Big Data 2.0 Processing Systems PDF Author: Sherif Sakr
Publisher: Springer
ISBN: 3319387766
Category : Computers
Languages : en
Pages : 111

Get Book Here

Book Description
This book provides readers the “big picture” and a comprehensive survey of the domain of big data processing systems. For the past decade, the Hadoop framework has dominated the world of big data processing, yet recently academia and industry have started to recognize its limitations in several application domains and big data processing scenarios such as the large-scale processing of structured data, graph data and streaming data. Thus, it is now gradually being replaced by a collection of engines that are dedicated to specific verticals (e.g. structured data, graph data, and streaming data). The book explores this new wave of systems, which it refers to as Big Data 2.0 processing systems.
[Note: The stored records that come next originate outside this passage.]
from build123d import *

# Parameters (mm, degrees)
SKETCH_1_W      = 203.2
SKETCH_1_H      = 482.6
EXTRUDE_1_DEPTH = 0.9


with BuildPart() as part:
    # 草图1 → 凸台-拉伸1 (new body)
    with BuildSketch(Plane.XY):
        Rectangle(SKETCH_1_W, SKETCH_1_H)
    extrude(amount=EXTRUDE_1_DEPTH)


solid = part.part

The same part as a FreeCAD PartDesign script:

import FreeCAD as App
import Part
import Sketcher
Q = App.Units.Quantity

doc = App.newDocument("Part")
params = doc.addObject("Spreadsheet::Sheet", "Params")
for row, (alias, value) in enumerate([
    ("sketch1_width", "8 in"),
    ("sketch1_height", "19 in"),
    ("pad1_length", "0.9 mm"),
], start=1):
    params.set(f"A{row}", alias)
    params.set(f"B{row}", "=" + value)
    params.setAlias(f"B{row}", alias)

body = doc.addObject("PartDesign::Body", "Body")

# Sketch on XY plane
sketch1 = body.newObject("Sketcher::SketchObject", "Sketch")
sketch1.AttachmentSupport = (doc.getObject("XY_Plane"), [""])
sketch1.MapMode = "FlatFace"
sketch1.addGeometry(Part.LineSegment(App.Vector(-101.6, 241.3, 0), App.Vector(-101.6, -241.3, 0)), False)
sketch1.addGeometry(Part.LineSegment(App.Vector(-101.6, -241.3, 0), App.Vector(101.6, -241.3, 0)), False)
sketch1.addGeometry(Part.LineSegment(App.Vector(101.6, -241.3, 0), App.Vector(101.6, 241.3, 0)), False)
sketch1.addGeometry(Part.LineSegment(App.Vector(101.6, 241.3, 0), App.Vector(-101.6, 241.3, 0)), False)
sketch1.addConstraint(Sketcher.Constraint("Coincident", 0, 2, 1, 1))
sketch1.addConstraint(Sketcher.Constraint("Coincident", 1, 2, 2, 1))
sketch1.addConstraint(Sketcher.Constraint("Coincident", 2, 2, 3, 1))
sketch1.addConstraint(Sketcher.Constraint("Coincident", 3, 2, 0, 1))
sketch1.addConstraint(Sketcher.Constraint("Vertical", 0))
sketch1.addConstraint(Sketcher.Constraint("Horizontal", 1))
sketch1.addConstraint(Sketcher.Constraint("Vertical", 2))
sketch1.addConstraint(Sketcher.Constraint("Horizontal", 3))
sketch1.addConstraint(Sketcher.Constraint("Symmetric", 0, 2, 2, 2, -1, 1))
sketch1.addConstraint(Sketcher.Constraint("DistanceX", 1, 1, 1, 2, Q("8 in")))
sketch1.addConstraint(Sketcher.Constraint("DistanceY", 0, 2, 0, 1, Q("19 in")))
sketch1.setExpression("Constraints[9]", "Params.sketch1_width")
sketch1.setExpression("Constraints[10]", "Params.sketch1_height")
pad1 = body.newObject("PartDesign::Pad", "Pad")
pad1.Profile = sketch1
pad1.setExpression("Length", "Params.pad1_length")

doc.recompute()
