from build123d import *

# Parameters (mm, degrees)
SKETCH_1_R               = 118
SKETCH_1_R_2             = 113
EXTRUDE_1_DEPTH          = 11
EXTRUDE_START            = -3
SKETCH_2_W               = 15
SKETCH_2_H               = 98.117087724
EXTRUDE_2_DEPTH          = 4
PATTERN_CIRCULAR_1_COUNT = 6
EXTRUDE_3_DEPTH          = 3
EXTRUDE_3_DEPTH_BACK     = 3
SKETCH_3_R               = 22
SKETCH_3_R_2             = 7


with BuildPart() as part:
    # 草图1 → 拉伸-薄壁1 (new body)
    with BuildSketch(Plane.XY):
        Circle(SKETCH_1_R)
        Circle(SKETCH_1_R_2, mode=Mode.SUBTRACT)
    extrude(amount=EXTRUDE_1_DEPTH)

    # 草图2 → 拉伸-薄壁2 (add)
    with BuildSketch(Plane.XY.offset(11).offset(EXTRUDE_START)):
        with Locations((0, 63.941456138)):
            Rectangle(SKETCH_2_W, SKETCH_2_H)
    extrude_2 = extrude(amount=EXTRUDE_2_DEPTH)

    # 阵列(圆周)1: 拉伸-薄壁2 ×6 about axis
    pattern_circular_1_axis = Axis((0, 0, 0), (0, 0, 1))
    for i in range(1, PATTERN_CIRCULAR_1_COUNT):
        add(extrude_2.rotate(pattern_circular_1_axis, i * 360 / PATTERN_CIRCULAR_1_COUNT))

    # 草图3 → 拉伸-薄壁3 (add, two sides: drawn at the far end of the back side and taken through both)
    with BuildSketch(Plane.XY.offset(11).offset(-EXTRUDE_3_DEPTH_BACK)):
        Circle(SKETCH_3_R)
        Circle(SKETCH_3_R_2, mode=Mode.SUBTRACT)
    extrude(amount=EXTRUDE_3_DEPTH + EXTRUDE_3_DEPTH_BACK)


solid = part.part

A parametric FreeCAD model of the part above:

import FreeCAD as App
import Part
import Sketcher
from FreeCAD import Vector

doc = App.newDocument("Part")
body = doc.addObject("PartDesign::Body", "Body")

# Sketch on XY plane
sketch1 = doc.addObject("Sketcher::SketchObject", "Sketch")
body.addObject(sketch1)
sketch1.AttachmentSupport = (doc.XY_Plane, [""])
sketch1.MapMode = "FlatFace"
sketch1.addGeometry(Part.Circle(Vector(0, 0, 0), Vector(0, 0, 1), 118), False)
sketch1.addGeometry(Part.Circle(Vector(0, 0, 0), Vector(0, 0, 1), 113), False)
sketch1.addConstraint(Sketcher.Constraint("Coincident", 0, 3, -1, 1))
sketch1.addConstraint(Sketcher.Constraint("Coincident", 1, 3, -1, 1))
sketch1.addConstraint(Sketcher.Constraint("Diameter", 0, 236.0))
sketch1.addConstraint(Sketcher.Constraint("Diameter", 1, 226.0))
pad1 = doc.addObject("PartDesign::Pad", "Pad")
body.addObject(pad1)
pad1.Profile = sketch1
pad1.Length = 11

# Sketch on XY plane
sketch2 = doc.addObject("Sketcher::SketchObject", "Sketch001")
body.addObject(sketch2)
sketch2.AttachmentSupport = (doc.XY_Plane, [""])
sketch2.MapMode = "FlatFace"
sketch2.AttachmentOffset = App.Placement(Vector(0, 0, 8), App.Rotation())
sketch2.addGeometry(Part.LineSegment(Vector(-8, 113, 0), Vector(-8, 15, 0)), False)
sketch2.addGeometry(Part.LineSegment(Vector(-8, 15, 0), Vector(8, 15, 0)), False)
sketch2.addGeometry(Part.LineSegment(Vector(8, 15, 0), Vector(8, 113, 0)), False)
sketch2.addGeometry(Part.LineSegment(Vector(8, 113, 0), Vector(-8, 113, 0)), False)
sketch2.addConstraint(Sketcher.Constraint("Coincident", 0, 2, 1, 1))
sketch2.addConstraint(Sketcher.Constraint("Coincident", 1, 2, 2, 1))
sketch2.addConstraint(Sketcher.Constraint("Coincident", 2, 2, 3, 1))
sketch2.addConstraint(Sketcher.Constraint("Coincident", 3, 2, 0, 1))
sketch2.addConstraint(Sketcher.Constraint("Vertical", 0))
sketch2.addConstraint(Sketcher.Constraint("Horizontal", 1))
sketch2.addConstraint(Sketcher.Constraint("Vertical", 2))
sketch2.addConstraint(Sketcher.Constraint("Horizontal", 3))
sketch2.addConstraint(Sketcher.Constraint("DistanceX", 1, 1, 1, 2, 15.0))
sketch2.addConstraint(Sketcher.Constraint("DistanceY", -1, 1, 2, 2, 113.0))
sketch2.addConstraint(Sketcher.Constraint("DistanceX", 0, 2, -1, 1, 7.5))
sketch2.addConstraint(Sketcher.Constraint("DistanceY", 0, 2, 0, 1, 98.117088))
pad2 = doc.addObject("PartDesign::Pad", "Pad001")
body.addObject(pad2)
pad2.Profile = sketch2
pad2.Length = 4
doc.recompute()

polarpattern = doc.addObject("PartDesign::PolarPattern", "PolarPattern")
body.addObject(polarpattern)
polarpattern.Originals = [pad2]
polarpattern.Axis = (doc.Z_Axis, [""])
polarpattern.Angle = 360
polarpattern.Occurrences = 6
body.Tip = polarpattern

# Sketch on XY plane
sketch3 = doc.addObject("Sketcher::SketchObject", "Sketch002")
body.addObject(sketch3)
sketch3.AttachmentSupport = (doc.XY_Plane, [""])
sketch3.MapMode = "FlatFace"
sketch3.AttachmentOffset = App.Placement(Vector(0, 0, 11), App.Rotation())
sketch3.addGeometry(Part.Circle(Vector(0, 0, 0), Vector(0, 0, 1), 22), False)
sketch3.addGeometry(Part.Circle(Vector(0, 0, 0), Vector(0, 0, 1), 7), False)
sketch3.addConstraint(Sketcher.Constraint("Coincident", 0, 3, -1, 1))
sketch3.addConstraint(Sketcher.Constraint("Coincident", 1, 3, -1, 1))
sketch3.addConstraint(Sketcher.Constraint("Diameter", 0, 44.0))
sketch3.addConstraint(Sketcher.Constraint("Diameter", 1, 14.0))
pad3 = doc.addObject("PartDesign::Pad", "Pad002")
body.addObject(pad3)
pad3.Profile = sketch3
pad3.Type = "TwoLengths"
pad3.Length = 3
pad3.Length2 = 3

doc.recompute()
After Chapter 1 presents the general background of the big data phenomena, Chapter 2 provides an overview of various general-purpose big data processing systems that allow their users to develop various big data processing jobs for different application domains. In turn, Chapter 3 examines various systems that have been introduced to support the SQL flavor on top of the Hadoop infrastructure and provide competing and scalable performance in the processing of large-scale structured data. Chapter 4 discusses several systems that have been designed to tackle the problem of large-scale graph processing, while the main focus of Chapter 5 is on several systems that have been designed to provide scalable solutions for processing big data streams, and on other sets of systems that have been introduced to support the development of data pipelines between various types of big data processing jobs and systems. Lastly, Chapter 6 shares conclusions and an outlook on future research challenges. Overall, the book offers a valuable reference guide for students, researchers and professionals in the domain of big data processing systems. Further, its comprehensive content will hopefully encourage readers to pursue further research on the subject.